Source material -
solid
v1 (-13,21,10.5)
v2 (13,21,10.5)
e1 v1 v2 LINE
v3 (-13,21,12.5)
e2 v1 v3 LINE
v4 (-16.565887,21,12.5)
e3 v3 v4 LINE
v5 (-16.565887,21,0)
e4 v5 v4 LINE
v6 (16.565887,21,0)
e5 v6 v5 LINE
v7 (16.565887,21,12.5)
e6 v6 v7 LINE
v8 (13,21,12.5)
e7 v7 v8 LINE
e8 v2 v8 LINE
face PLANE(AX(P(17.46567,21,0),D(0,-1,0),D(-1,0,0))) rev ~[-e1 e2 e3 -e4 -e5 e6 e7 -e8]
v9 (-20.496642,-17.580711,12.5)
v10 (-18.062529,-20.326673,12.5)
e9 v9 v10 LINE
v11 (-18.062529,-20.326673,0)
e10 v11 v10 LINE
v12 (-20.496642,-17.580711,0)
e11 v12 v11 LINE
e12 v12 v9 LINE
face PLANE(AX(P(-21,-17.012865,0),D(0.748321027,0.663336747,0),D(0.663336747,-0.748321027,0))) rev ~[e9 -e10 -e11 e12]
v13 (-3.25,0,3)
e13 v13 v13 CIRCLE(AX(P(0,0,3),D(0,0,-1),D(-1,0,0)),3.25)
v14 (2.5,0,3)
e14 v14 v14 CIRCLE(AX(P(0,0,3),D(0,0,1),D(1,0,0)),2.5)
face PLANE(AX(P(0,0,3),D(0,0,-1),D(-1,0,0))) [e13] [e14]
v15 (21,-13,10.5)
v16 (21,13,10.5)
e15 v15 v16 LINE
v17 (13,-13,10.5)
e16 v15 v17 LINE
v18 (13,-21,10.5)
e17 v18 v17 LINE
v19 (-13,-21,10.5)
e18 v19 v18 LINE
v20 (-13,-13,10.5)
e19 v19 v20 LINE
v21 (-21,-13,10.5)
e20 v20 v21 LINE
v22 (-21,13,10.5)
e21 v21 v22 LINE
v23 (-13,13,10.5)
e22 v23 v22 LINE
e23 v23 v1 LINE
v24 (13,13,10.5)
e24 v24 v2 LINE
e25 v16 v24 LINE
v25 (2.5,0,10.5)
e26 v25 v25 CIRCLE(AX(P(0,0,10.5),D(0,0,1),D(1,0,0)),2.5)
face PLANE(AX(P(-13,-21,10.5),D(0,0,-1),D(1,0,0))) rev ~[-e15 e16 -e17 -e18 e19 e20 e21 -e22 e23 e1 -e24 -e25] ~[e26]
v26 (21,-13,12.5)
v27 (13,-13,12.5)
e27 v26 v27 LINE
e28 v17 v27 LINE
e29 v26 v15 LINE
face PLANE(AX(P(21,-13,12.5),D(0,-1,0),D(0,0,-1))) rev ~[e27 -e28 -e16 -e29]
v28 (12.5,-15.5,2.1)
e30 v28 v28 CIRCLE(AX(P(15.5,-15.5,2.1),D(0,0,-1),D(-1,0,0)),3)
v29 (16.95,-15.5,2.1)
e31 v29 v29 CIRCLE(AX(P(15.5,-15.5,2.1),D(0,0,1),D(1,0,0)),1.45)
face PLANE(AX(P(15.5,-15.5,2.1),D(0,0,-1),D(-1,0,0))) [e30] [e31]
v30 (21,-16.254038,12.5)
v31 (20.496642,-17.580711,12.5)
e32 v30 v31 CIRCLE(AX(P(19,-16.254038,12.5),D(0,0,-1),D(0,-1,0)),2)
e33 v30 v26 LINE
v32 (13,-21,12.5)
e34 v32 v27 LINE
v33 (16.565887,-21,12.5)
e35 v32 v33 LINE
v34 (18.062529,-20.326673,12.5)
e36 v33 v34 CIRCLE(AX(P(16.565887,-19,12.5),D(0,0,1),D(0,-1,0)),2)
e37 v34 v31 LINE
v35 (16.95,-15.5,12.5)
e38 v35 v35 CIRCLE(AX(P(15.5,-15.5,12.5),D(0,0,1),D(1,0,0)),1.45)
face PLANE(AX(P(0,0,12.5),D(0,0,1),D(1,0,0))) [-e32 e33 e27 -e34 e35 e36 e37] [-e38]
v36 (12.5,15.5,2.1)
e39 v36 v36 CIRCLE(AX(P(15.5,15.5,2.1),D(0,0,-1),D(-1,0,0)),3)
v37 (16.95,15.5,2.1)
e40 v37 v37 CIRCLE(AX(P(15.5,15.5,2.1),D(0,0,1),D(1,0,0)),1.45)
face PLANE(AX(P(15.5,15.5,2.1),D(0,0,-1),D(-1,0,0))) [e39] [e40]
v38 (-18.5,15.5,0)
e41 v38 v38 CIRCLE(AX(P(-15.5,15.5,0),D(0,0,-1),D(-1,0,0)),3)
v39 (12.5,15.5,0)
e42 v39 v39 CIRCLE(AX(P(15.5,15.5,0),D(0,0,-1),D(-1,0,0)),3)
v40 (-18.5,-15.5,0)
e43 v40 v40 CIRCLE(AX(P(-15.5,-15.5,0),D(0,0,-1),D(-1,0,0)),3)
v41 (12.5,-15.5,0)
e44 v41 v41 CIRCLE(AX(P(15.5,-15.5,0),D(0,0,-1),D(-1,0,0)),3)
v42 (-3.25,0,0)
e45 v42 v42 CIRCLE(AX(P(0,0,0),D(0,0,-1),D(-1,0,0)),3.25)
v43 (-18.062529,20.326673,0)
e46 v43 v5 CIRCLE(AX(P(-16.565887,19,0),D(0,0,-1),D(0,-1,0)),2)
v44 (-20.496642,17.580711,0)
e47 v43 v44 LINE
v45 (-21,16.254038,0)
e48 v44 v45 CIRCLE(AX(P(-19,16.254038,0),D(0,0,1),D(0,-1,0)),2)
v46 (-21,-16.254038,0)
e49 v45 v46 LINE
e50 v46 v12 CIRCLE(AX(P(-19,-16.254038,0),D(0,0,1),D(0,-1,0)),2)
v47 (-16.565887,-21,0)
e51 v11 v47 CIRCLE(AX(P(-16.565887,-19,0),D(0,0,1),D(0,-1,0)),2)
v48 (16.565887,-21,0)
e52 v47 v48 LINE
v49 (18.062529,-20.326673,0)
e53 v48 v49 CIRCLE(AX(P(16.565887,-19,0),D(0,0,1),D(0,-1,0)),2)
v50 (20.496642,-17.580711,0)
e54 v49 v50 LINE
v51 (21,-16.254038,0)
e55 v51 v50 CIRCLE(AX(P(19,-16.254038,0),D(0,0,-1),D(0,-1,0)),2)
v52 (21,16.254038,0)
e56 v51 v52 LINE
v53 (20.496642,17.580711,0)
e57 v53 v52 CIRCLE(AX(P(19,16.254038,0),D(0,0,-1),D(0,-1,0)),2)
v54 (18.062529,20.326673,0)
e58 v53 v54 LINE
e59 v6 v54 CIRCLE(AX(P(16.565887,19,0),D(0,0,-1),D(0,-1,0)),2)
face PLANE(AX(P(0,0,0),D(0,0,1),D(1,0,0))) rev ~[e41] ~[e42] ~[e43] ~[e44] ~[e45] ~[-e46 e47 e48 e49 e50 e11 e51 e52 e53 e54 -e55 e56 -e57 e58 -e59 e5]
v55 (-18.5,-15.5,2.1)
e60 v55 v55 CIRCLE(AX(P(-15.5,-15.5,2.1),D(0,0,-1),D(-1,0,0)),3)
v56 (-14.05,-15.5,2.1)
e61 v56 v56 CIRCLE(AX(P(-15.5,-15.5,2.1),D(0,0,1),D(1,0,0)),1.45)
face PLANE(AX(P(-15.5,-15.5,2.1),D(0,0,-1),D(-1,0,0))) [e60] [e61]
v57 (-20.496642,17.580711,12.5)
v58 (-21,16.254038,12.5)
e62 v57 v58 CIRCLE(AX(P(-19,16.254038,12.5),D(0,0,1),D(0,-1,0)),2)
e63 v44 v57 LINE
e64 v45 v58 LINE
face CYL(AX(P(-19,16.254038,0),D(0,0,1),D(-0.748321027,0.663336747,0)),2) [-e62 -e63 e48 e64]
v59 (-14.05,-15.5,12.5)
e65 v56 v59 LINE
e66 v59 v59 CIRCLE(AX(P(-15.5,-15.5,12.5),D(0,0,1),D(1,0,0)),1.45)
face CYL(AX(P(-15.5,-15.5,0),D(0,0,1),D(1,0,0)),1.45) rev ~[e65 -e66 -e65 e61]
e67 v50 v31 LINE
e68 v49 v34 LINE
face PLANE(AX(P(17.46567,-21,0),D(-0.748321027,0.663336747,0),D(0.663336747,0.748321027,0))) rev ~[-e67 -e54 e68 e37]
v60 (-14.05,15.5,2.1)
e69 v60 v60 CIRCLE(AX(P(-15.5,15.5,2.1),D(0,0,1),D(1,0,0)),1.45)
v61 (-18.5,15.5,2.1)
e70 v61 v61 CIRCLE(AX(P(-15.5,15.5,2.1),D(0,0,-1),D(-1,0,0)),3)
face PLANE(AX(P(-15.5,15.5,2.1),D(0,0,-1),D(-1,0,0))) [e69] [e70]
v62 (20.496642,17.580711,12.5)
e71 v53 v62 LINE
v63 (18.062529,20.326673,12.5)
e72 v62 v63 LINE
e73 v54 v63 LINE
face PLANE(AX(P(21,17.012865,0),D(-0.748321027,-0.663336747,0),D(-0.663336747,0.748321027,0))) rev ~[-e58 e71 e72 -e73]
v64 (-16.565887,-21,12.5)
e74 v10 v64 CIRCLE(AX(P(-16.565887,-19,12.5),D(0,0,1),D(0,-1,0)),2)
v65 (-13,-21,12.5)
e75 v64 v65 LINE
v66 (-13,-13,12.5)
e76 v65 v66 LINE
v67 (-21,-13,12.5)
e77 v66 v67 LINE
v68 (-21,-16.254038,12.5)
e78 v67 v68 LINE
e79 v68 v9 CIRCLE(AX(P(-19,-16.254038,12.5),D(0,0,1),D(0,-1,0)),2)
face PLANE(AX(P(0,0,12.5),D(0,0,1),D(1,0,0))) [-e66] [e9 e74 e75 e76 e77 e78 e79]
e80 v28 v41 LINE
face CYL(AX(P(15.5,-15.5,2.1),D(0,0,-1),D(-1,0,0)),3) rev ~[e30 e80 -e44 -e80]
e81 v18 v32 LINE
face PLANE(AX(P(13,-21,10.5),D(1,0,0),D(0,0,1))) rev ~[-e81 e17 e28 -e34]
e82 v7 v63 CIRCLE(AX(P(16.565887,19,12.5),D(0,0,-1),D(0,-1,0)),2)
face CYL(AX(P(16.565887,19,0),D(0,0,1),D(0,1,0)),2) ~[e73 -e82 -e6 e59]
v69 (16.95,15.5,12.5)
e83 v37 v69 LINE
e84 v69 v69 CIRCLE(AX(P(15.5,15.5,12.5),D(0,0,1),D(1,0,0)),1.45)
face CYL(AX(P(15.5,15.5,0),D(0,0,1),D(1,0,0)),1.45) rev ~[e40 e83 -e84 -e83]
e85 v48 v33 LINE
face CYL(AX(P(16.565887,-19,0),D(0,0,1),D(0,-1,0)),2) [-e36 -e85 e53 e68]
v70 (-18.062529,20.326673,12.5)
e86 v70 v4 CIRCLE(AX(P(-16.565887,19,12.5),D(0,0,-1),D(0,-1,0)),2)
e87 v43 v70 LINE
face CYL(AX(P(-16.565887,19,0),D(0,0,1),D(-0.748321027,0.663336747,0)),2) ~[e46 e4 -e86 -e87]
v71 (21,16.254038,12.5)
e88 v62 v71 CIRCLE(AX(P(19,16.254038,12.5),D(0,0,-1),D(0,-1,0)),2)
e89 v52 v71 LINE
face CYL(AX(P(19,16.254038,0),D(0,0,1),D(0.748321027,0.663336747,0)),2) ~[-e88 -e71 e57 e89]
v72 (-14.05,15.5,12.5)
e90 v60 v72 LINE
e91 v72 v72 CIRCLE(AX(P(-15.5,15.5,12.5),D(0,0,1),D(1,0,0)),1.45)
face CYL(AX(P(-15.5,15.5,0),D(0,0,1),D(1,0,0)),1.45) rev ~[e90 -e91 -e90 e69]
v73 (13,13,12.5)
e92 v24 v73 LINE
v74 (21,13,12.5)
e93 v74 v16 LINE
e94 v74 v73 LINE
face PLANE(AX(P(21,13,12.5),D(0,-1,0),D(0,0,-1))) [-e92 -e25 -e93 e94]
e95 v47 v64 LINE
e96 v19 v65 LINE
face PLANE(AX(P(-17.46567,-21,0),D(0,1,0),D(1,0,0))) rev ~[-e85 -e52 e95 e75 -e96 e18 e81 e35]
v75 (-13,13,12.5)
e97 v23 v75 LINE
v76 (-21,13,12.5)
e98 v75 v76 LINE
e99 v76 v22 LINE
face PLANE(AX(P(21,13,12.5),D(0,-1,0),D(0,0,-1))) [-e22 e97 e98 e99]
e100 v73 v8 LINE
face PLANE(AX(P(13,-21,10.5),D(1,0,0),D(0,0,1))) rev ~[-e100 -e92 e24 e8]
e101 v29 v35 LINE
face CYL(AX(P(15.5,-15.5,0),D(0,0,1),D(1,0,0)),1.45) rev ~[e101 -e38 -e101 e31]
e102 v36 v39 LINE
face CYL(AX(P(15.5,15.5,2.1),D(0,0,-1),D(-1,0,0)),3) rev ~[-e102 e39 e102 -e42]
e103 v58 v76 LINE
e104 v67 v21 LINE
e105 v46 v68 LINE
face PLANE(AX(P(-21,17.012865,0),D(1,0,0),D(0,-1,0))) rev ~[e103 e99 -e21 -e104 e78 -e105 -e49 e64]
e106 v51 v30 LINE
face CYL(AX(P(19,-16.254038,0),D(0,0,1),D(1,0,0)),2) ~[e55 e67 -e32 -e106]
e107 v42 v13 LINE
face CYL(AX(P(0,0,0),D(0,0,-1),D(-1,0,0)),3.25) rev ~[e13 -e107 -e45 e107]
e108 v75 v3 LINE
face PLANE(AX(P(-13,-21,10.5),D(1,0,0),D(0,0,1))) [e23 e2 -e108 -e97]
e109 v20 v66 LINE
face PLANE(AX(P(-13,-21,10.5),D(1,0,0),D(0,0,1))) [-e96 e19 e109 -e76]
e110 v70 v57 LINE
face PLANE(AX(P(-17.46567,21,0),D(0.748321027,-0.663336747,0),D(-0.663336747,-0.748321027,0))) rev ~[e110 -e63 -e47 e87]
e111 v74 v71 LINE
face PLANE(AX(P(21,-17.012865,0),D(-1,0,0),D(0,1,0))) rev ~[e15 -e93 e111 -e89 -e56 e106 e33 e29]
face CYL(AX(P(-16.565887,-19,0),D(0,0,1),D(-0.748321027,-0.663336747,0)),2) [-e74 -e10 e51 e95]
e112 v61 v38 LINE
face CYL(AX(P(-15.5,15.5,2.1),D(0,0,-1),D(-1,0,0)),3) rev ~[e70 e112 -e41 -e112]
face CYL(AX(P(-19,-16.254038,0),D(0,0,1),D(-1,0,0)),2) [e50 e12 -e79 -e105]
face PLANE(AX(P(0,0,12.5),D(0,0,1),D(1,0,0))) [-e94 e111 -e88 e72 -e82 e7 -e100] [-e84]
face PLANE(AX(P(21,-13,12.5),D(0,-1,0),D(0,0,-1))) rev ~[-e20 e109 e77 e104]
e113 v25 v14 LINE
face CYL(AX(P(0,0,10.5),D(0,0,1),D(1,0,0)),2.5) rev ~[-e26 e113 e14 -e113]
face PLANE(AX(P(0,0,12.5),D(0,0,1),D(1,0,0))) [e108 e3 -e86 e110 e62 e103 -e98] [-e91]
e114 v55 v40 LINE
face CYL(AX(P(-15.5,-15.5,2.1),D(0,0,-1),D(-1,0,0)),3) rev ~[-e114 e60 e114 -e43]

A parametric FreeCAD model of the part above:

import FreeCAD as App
import Part
import Sketcher
from FreeCAD import Vector
Q = App.Units.Quantity


def edges_at(feature, points):
    """Names of the edges that pass closest to the given points."""
    edges = feature.Shape.Edges
    near = lambda p: min(range(len(edges)), key=lambda i: edges[i].distToShape(Part.Vertex(*p))[0])
    return sorted({f"Edge{near(p) + 1}" for p in points})

doc = App.newDocument("Part")
params = doc.addObject("Spreadsheet::Sheet", "Params")
for row, (alias, value) in enumerate([
    ("pad1_length", "12.5 mm"),
    ("sketch2_width", "26 mm"),
    ("sketch2_height", "2 mm"),
    ("sketch3_width", "26 mm"),
    ("sketch3_height", "2 mm"),
    ("sketch4_diameter", "6.5 mm"),
    ("pocket3_length", "3 mm"),
    ("sketch5_diameter", "5 mm"),
    ("sketch6_diameter", "2.9 mm"),
    ("hole_diameter", "2.9 mm"),
    ("hole_cbore_diameter", "6 mm"),
    ("hole_cbore_depth", "2.1 mm"),
    ("fillet_radius", "2 mm"),
], start=1):
    params.set(f"A{row}", alias)
    params.set(f"B{row}", "=" + value)
    params.setAlias(f"B{row}", alias)

body = doc.addObject("PartDesign::Body", "Body")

Aim of the task - The expected answer is an exact copy of the lines above, beginning at the line with "v9 (-20.496642,-17.580711,12.5)" and ending at the line with "v23 (-13,13,10.5)", with both ends in.

Solution below -
v9 (-20.496642,-17.580711,12.5)
v10 (-18.062529,-20.326673,12.5)
e9 v9 v10 LINE
v11 (-18.062529,-20.326673,0)
e10 v11 v10 LINE
v12 (-20.496642,-17.580711,0)
e11 v12 v11 LINE
e12 v12 v9 LINE
face PLANE(AX(P(-21,-17.012865,0),D(0.748321027,0.663336747,0),D(0.663336747,-0.748321027,0))) rev ~[e9 -e10 -e11 e12]
v13 (-3.25,0,3)
e13 v13 v13 CIRCLE(AX(P(0,0,3),D(0,0,-1),D(-1,0,0)),3.25)
v14 (2.5,0,3)
e14 v14 v14 CIRCLE(AX(P(0,0,3),D(0,0,1),D(1,0,0)),2.5)
face PLANE(AX(P(0,0,3),D(0,0,-1),D(-1,0,0))) [e13] [e14]
v15 (21,-13,10.5)
v16 (21,13,10.5)
e15 v15 v16 LINE
v17 (13,-13,10.5)
e16 v15 v17 LINE
v18 (13,-21,10.5)
e17 v18 v17 LINE
v19 (-13,-21,10.5)
e18 v19 v18 LINE
v20 (-13,-13,10.5)
e19 v19 v20 LINE
v21 (-21,-13,10.5)
e20 v20 v21 LINE
v22 (-21,13,10.5)
e21 v21 v22 LINE
v23 (-13,13,10.5)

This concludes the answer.